:: WHAT YOU WILL DO ::
Look through the material beneath and copy each line with the word "getObject".

:: INPUT ::
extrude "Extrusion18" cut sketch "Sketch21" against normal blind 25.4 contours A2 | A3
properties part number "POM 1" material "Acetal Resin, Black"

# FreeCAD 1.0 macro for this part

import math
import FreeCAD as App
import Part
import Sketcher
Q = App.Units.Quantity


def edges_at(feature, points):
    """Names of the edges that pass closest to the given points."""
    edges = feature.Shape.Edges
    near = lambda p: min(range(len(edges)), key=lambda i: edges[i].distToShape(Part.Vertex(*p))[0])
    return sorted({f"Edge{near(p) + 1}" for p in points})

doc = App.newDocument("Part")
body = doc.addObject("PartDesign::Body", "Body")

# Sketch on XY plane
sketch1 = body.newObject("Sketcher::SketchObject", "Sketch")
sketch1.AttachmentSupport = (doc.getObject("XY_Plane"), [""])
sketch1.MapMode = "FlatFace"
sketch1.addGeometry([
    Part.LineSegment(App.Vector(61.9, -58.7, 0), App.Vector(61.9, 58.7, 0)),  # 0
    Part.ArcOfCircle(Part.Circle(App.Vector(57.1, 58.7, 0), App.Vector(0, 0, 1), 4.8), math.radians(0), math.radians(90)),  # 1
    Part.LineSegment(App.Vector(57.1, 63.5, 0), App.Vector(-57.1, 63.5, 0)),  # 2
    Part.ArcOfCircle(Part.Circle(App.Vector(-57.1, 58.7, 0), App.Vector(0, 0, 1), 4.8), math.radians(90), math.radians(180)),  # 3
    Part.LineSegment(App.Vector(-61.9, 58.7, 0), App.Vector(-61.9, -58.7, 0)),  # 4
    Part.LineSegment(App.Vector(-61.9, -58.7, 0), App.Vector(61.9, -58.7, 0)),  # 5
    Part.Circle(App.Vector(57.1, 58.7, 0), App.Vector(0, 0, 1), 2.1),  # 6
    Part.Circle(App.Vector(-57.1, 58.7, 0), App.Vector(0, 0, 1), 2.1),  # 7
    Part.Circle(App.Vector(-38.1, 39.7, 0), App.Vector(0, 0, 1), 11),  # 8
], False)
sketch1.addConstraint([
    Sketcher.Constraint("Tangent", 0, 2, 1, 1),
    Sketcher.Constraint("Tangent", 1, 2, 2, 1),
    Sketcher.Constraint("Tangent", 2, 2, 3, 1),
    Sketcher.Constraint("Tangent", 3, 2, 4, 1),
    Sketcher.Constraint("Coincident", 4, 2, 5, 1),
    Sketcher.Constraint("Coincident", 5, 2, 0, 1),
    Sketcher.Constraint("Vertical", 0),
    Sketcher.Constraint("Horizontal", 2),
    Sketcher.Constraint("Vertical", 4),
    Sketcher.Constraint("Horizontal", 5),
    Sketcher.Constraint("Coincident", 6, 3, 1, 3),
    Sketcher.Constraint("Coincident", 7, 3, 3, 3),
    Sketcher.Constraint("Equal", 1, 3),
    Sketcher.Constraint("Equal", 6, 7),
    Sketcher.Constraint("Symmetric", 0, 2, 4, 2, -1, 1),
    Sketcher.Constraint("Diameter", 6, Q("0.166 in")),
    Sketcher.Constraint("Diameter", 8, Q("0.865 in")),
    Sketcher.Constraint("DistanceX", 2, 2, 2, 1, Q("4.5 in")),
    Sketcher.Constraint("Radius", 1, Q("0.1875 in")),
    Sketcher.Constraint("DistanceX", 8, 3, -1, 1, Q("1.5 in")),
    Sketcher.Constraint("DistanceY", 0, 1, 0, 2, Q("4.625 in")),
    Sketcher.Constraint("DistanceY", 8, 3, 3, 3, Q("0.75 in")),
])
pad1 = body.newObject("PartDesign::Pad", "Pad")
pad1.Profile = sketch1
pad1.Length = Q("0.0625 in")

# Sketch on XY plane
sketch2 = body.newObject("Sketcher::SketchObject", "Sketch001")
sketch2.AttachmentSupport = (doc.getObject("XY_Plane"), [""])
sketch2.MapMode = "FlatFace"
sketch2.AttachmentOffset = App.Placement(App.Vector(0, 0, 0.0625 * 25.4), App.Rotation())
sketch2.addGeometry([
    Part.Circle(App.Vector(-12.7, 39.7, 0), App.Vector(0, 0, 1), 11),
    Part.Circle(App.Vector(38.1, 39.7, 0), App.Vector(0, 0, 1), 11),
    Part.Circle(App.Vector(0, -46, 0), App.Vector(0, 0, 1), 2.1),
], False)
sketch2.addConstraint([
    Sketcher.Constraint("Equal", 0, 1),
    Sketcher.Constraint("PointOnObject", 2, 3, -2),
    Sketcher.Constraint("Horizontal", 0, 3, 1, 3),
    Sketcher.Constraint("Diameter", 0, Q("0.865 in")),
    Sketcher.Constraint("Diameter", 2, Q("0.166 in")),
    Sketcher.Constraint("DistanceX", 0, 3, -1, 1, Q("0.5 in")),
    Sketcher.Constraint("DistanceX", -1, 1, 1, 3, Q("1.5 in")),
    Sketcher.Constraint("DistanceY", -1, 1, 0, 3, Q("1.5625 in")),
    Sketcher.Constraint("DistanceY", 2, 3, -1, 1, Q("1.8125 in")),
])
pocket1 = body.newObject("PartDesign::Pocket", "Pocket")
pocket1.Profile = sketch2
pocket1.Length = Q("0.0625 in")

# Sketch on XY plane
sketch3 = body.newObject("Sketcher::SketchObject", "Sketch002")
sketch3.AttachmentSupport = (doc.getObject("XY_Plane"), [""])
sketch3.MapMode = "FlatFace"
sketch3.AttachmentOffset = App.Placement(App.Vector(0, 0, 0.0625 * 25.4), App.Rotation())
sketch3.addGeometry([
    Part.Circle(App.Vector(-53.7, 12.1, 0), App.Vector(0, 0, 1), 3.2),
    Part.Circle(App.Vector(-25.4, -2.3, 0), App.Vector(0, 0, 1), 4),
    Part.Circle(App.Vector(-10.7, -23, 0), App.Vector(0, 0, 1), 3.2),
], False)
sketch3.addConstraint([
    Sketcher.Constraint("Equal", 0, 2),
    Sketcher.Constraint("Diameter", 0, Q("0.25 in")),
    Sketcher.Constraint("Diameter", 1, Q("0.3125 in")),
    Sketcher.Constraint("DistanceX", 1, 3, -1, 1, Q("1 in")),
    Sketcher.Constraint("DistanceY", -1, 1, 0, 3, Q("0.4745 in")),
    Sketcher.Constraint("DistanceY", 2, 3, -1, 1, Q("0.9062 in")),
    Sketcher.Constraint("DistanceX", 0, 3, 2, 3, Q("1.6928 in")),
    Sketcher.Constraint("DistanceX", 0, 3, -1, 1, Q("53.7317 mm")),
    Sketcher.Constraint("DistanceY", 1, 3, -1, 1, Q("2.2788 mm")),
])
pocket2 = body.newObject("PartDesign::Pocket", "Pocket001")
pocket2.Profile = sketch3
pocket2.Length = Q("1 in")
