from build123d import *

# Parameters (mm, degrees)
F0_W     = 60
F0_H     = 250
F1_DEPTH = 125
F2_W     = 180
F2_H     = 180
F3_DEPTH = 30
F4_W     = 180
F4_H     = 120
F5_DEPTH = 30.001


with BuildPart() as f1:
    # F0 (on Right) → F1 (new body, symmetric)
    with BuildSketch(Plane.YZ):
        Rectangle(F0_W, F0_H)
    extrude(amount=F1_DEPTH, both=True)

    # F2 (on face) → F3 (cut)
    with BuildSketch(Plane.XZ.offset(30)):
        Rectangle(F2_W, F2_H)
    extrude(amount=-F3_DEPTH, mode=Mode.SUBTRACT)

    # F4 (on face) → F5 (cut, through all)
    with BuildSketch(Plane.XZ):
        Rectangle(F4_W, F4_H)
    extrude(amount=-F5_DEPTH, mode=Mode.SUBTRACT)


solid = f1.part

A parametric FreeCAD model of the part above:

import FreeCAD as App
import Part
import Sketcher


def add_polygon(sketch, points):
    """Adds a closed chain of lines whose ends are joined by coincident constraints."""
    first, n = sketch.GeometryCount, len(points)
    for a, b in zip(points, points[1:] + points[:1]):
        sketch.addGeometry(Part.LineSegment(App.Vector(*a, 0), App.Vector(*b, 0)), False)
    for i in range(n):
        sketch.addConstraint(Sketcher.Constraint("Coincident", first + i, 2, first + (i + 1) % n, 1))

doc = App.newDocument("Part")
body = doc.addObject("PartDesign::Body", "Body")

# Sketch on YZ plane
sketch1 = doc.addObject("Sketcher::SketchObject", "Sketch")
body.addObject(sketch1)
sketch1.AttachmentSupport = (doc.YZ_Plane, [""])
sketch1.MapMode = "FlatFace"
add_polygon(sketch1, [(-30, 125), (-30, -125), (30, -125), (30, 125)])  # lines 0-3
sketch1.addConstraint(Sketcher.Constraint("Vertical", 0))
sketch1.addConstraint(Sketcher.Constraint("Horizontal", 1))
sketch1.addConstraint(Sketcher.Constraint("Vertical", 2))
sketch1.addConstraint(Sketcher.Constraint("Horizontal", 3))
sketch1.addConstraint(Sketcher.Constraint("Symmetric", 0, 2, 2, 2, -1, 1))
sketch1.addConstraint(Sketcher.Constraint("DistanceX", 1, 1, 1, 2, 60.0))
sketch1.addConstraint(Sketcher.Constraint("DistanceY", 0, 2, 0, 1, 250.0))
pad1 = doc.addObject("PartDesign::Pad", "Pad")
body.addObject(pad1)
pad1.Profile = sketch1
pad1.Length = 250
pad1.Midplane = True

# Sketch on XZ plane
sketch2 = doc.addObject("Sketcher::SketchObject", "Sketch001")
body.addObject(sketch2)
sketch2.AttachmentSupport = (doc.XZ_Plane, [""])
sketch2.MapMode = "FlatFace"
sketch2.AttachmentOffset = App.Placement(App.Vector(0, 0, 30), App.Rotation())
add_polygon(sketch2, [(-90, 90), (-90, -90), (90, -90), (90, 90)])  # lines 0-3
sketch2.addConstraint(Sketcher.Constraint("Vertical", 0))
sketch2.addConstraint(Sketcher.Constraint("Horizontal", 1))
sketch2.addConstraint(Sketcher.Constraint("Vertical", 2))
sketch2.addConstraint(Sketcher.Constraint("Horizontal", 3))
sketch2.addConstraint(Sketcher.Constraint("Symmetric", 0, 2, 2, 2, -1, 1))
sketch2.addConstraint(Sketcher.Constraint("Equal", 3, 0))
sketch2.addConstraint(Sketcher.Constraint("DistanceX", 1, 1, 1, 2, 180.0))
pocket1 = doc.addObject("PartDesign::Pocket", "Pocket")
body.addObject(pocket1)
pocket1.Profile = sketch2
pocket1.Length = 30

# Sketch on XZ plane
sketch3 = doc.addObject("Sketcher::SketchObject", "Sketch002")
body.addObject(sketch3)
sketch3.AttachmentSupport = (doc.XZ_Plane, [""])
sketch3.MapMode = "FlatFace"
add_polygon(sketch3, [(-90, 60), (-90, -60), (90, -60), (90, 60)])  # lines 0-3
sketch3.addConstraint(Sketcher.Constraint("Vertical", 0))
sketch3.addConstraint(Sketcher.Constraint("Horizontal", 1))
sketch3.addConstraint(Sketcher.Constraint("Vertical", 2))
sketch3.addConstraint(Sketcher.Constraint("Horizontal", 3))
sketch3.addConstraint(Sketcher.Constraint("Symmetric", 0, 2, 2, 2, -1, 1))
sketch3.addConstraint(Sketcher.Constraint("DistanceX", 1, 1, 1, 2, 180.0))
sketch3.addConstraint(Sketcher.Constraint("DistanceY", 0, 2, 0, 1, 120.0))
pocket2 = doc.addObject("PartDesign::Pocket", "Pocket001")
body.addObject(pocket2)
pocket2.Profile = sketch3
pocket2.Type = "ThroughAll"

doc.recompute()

:: RESPONSE TO THIS EXERCISE ::
sketch1.AttachmentSupport = (doc.getObject("XY_Plane"), [""])
sketch2.AttachmentSupport = (doc.getObject("XY_Plane"), [""])
sketch3.AttachmentSupport = (doc.getObject("XY_Plane"), [""])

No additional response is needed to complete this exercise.